_WHAT TO DO_: Your job with the data below is to output exactly the lines from the one holding "#525=ADVANCED_FACE('',(#518,#521),#524,.T.);" down to the one holding "# 草图1 → 旋转1 (revolve)", both included, and no others.

_THE DATA_:
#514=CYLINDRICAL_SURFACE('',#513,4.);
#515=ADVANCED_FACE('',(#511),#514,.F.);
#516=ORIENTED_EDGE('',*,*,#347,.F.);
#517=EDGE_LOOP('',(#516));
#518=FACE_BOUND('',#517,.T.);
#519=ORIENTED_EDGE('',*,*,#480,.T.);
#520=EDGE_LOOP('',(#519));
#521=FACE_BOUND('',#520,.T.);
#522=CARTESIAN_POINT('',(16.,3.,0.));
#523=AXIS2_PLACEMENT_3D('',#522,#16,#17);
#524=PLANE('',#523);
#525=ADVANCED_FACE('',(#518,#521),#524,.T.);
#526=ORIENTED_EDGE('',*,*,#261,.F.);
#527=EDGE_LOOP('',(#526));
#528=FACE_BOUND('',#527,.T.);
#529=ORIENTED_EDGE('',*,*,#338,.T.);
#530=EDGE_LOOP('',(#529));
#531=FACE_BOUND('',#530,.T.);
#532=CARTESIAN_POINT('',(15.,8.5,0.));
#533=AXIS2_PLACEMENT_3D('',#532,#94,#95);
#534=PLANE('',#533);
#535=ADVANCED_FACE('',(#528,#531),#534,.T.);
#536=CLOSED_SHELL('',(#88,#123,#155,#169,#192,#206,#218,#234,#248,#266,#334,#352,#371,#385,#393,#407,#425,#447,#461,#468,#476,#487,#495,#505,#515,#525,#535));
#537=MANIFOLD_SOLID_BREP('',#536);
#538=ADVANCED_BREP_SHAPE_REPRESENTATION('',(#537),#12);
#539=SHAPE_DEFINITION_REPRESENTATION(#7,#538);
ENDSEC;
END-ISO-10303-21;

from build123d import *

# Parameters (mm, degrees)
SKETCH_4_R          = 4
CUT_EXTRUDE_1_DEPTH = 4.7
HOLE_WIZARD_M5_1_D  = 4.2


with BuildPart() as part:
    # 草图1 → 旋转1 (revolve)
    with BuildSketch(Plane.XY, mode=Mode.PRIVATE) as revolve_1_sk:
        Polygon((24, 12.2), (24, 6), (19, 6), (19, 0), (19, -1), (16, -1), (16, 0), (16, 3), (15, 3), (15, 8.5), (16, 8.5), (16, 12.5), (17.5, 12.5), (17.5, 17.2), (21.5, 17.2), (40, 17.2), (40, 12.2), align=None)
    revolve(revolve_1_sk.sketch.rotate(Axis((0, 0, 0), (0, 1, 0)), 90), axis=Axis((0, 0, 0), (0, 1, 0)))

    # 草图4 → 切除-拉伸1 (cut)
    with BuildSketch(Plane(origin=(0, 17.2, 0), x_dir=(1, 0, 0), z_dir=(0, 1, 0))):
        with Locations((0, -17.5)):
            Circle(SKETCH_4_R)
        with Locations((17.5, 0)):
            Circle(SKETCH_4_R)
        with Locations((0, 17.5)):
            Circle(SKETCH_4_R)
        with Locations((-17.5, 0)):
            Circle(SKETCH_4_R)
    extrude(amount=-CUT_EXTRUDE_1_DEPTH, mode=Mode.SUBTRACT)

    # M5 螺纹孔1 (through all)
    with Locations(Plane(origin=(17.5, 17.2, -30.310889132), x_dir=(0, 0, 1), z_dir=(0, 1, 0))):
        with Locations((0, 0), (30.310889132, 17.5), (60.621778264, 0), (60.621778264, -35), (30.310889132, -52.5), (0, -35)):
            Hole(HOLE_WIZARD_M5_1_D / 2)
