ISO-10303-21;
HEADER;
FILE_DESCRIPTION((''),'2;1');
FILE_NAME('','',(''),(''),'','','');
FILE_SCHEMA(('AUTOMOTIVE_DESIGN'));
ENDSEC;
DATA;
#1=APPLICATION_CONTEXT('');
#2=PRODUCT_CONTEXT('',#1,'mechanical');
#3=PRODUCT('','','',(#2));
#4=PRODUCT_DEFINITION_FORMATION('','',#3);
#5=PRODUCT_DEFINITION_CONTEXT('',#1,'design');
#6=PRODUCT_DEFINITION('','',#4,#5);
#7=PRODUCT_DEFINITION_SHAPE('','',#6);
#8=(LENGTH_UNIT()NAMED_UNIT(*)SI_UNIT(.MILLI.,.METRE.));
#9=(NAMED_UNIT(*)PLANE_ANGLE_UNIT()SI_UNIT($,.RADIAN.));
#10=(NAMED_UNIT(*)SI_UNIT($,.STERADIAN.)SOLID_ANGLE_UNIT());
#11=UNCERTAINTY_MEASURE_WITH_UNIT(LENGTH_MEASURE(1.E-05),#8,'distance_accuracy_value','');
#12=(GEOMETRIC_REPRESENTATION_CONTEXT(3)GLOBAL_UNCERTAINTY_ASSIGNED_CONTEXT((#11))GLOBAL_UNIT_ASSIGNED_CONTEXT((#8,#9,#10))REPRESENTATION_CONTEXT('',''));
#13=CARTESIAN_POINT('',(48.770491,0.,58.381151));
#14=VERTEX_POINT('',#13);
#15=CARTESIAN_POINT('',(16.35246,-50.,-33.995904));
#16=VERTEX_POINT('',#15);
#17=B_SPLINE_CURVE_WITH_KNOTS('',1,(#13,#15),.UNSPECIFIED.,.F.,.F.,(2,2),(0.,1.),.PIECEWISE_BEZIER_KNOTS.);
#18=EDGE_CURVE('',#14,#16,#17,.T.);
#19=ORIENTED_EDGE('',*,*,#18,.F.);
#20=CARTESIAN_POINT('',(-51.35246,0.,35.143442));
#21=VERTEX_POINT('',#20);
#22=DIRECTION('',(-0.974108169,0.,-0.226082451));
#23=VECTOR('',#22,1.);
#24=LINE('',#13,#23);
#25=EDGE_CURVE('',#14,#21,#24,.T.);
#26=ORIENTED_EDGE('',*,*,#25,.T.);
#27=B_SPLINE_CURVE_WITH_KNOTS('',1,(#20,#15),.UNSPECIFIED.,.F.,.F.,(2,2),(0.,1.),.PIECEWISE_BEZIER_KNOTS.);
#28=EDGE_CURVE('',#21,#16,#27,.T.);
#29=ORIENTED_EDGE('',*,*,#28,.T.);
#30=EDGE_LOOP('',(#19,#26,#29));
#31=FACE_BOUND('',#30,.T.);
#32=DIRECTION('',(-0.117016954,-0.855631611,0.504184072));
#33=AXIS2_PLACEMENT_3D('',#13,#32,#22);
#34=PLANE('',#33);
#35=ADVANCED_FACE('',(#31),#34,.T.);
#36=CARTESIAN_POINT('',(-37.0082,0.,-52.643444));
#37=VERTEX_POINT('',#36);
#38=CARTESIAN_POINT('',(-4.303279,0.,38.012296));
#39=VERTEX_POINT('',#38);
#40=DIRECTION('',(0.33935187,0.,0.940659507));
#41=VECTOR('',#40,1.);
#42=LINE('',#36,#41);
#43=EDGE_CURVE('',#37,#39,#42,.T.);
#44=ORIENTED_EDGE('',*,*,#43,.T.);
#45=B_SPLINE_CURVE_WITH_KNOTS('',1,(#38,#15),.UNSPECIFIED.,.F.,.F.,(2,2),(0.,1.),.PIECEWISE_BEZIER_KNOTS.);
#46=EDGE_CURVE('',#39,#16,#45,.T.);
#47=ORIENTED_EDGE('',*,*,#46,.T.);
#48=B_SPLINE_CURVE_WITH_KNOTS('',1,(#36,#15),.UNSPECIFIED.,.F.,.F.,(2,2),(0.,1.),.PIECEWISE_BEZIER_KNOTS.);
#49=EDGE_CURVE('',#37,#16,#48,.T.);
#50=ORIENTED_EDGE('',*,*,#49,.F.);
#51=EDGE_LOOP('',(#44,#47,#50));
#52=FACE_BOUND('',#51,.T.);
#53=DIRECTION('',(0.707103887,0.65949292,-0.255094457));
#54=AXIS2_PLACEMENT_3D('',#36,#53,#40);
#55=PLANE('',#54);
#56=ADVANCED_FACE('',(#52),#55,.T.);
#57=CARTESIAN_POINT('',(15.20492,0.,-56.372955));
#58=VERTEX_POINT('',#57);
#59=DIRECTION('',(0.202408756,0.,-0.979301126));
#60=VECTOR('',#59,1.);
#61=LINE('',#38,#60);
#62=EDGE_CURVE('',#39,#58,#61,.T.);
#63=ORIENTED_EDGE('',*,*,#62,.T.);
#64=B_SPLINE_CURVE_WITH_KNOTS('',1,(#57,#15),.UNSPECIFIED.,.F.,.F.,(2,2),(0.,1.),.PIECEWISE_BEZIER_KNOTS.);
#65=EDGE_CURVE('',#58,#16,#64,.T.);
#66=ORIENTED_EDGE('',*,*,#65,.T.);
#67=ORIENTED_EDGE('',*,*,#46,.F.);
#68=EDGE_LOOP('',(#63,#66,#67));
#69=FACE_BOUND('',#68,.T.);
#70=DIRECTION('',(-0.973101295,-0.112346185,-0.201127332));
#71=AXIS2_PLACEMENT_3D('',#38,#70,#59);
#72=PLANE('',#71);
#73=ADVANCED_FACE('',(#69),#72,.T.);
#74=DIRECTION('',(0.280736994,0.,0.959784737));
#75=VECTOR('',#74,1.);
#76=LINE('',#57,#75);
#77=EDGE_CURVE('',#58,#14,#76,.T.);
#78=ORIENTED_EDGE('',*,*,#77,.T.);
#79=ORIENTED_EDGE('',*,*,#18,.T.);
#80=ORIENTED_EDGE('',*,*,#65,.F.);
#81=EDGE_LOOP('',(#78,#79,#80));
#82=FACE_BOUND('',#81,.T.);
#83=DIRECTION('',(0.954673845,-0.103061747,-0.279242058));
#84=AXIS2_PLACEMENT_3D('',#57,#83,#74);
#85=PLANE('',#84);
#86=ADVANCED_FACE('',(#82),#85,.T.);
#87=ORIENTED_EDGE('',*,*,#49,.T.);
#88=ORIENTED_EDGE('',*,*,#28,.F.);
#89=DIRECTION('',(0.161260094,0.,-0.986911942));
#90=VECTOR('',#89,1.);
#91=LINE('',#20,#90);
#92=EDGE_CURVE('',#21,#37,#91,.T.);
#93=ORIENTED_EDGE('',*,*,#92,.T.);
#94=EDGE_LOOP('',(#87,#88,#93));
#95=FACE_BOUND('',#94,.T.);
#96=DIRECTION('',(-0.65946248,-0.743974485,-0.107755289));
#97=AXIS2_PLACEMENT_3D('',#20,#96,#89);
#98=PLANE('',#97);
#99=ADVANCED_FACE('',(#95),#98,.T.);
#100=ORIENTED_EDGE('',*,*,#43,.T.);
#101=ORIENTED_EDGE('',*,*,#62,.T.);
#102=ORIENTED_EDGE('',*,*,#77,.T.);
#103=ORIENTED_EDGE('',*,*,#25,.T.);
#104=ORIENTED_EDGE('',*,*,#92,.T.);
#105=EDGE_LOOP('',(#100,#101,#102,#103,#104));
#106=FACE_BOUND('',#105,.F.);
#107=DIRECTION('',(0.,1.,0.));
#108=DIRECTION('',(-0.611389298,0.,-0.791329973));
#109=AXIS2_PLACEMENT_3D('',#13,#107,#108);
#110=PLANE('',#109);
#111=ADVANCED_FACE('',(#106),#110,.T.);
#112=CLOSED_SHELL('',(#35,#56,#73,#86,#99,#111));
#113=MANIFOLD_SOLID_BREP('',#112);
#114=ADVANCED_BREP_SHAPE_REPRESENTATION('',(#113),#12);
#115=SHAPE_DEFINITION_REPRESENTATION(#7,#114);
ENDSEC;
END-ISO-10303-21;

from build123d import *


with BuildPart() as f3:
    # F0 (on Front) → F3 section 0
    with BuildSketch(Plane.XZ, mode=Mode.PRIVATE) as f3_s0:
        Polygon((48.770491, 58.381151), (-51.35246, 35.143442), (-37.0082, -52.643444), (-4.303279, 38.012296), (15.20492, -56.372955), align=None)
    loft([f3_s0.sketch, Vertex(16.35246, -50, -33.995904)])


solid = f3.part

---

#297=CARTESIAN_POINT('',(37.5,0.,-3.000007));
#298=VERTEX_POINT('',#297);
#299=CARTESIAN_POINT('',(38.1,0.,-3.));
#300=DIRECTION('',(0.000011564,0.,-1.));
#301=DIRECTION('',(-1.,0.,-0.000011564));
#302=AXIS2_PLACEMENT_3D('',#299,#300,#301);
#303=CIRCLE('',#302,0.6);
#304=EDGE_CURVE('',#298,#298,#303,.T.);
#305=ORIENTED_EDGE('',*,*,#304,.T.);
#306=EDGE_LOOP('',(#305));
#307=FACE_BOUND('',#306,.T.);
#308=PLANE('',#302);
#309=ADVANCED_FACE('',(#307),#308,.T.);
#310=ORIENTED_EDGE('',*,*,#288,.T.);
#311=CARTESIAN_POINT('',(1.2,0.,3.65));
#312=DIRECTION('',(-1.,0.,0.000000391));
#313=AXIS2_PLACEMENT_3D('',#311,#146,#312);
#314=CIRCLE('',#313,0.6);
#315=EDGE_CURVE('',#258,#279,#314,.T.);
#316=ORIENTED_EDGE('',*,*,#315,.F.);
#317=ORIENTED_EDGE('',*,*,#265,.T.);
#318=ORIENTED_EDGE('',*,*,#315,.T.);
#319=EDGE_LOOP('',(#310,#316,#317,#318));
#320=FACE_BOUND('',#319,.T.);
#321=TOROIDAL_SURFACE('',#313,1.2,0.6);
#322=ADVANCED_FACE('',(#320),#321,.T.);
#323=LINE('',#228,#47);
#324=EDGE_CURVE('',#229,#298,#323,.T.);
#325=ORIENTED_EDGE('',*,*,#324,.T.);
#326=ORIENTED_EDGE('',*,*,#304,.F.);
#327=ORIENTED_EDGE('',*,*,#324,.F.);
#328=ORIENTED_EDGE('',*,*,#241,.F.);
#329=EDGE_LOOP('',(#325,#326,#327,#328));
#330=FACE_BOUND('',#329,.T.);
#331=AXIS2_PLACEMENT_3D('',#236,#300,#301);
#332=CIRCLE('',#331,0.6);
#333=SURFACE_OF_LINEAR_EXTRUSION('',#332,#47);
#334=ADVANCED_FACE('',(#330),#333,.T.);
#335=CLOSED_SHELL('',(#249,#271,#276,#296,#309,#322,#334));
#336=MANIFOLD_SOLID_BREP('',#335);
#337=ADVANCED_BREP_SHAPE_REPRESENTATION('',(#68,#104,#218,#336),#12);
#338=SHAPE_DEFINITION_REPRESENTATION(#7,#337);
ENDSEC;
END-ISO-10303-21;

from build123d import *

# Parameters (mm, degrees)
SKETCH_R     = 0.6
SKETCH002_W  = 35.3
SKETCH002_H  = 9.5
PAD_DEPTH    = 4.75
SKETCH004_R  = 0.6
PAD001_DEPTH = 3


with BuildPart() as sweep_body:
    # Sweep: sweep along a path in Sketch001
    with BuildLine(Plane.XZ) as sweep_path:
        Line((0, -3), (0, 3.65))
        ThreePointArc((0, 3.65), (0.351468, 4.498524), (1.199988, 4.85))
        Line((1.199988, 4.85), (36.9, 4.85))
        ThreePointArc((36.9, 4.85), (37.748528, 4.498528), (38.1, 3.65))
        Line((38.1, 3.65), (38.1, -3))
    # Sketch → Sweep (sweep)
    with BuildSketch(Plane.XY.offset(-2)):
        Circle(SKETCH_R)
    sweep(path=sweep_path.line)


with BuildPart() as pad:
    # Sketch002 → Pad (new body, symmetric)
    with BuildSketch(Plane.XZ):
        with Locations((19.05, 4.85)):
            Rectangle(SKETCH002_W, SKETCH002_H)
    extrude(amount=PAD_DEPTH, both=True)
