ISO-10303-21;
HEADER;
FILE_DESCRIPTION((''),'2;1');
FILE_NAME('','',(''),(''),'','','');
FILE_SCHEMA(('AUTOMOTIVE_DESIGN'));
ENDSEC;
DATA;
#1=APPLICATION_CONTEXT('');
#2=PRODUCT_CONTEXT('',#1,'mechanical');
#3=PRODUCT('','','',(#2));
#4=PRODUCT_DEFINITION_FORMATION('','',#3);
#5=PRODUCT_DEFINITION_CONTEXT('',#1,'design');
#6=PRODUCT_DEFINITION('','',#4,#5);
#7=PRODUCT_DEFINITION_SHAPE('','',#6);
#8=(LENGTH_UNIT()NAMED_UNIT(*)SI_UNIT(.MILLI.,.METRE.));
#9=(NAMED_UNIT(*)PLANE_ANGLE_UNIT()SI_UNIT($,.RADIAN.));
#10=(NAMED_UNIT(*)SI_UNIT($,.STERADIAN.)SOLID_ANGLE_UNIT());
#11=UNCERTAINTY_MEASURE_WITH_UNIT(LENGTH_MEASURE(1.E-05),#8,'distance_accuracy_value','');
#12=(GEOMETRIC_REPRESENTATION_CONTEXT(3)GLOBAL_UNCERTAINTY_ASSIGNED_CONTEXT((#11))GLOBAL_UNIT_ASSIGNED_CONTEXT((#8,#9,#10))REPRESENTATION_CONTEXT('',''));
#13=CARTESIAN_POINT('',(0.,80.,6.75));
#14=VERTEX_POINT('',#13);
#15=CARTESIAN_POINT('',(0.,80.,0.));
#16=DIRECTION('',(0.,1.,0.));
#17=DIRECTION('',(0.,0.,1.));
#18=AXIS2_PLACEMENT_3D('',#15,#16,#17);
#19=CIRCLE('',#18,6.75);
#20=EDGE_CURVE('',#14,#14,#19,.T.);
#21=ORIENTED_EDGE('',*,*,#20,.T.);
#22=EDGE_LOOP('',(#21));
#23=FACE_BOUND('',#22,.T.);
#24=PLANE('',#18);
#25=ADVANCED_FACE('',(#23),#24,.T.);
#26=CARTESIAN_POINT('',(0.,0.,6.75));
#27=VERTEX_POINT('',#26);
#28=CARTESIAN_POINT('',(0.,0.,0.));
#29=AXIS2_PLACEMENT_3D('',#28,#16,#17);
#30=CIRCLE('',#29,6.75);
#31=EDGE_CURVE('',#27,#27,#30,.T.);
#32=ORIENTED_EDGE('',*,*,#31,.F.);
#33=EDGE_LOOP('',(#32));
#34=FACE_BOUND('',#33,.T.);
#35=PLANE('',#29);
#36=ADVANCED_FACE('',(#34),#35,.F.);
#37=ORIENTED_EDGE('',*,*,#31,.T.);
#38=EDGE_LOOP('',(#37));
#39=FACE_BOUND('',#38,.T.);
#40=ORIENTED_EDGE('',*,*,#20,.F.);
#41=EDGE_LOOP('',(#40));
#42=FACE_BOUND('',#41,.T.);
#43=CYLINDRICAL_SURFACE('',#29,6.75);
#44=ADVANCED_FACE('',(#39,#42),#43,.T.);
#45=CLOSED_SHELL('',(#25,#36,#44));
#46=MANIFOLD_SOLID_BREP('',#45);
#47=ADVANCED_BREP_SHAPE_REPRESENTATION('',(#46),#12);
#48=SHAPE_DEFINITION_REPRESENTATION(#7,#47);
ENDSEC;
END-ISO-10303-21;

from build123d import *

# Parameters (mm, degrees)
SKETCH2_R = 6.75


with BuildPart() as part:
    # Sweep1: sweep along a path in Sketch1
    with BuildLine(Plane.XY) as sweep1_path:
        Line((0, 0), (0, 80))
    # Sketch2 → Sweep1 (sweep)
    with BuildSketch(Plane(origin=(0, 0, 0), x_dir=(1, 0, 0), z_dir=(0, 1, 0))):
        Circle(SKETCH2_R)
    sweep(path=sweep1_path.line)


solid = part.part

_SOLUTION FOR THIS TASK_:
#525=ADVANCED_FACE('',(#518,#521),#524,.T.);
#526=ORIENTED_EDGE('',*,*,#261,.F.);
#527=EDGE_LOOP('',(#526));
#528=FACE_BOUND('',#527,.T.);
#529=ORIENTED_EDGE('',*,*,#338,.T.);
#530=EDGE_LOOP('',(#529));
#531=FACE_BOUND('',#530,.T.);
#532=CARTESIAN_POINT('',(15.,8.5,0.));
#533=AXIS2_PLACEMENT_3D('',#532,#94,#95);
#534=PLANE('',#533);
#535=ADVANCED_FACE('',(#528,#531),#534,.T.);
#536=CLOSED_SHELL('',(#88,#123,#155,#169,#192,#206,#218,#234,#248,#266,#334,#352,#371,#385,#393,#407,#425,#447,#461,#468,#476,#487,#495,#505,#515,#525,#535));
#537=MANIFOLD_SOLID_BREP('',#536);
#538=ADVANCED_BREP_SHAPE_REPRESENTATION('',(#537),#12);
#539=SHAPE_DEFINITION_REPRESENTATION(#7,#538);
ENDSEC;
END-ISO-10303-21;

from build123d import *

# Parameters (mm, degrees)
SKETCH_4_R          = 4
CUT_EXTRUDE_1_DEPTH = 4.7
HOLE_WIZARD_M5_1_D  = 4.2


with BuildPart() as part:
    # 草图1 → 旋转1 (revolve)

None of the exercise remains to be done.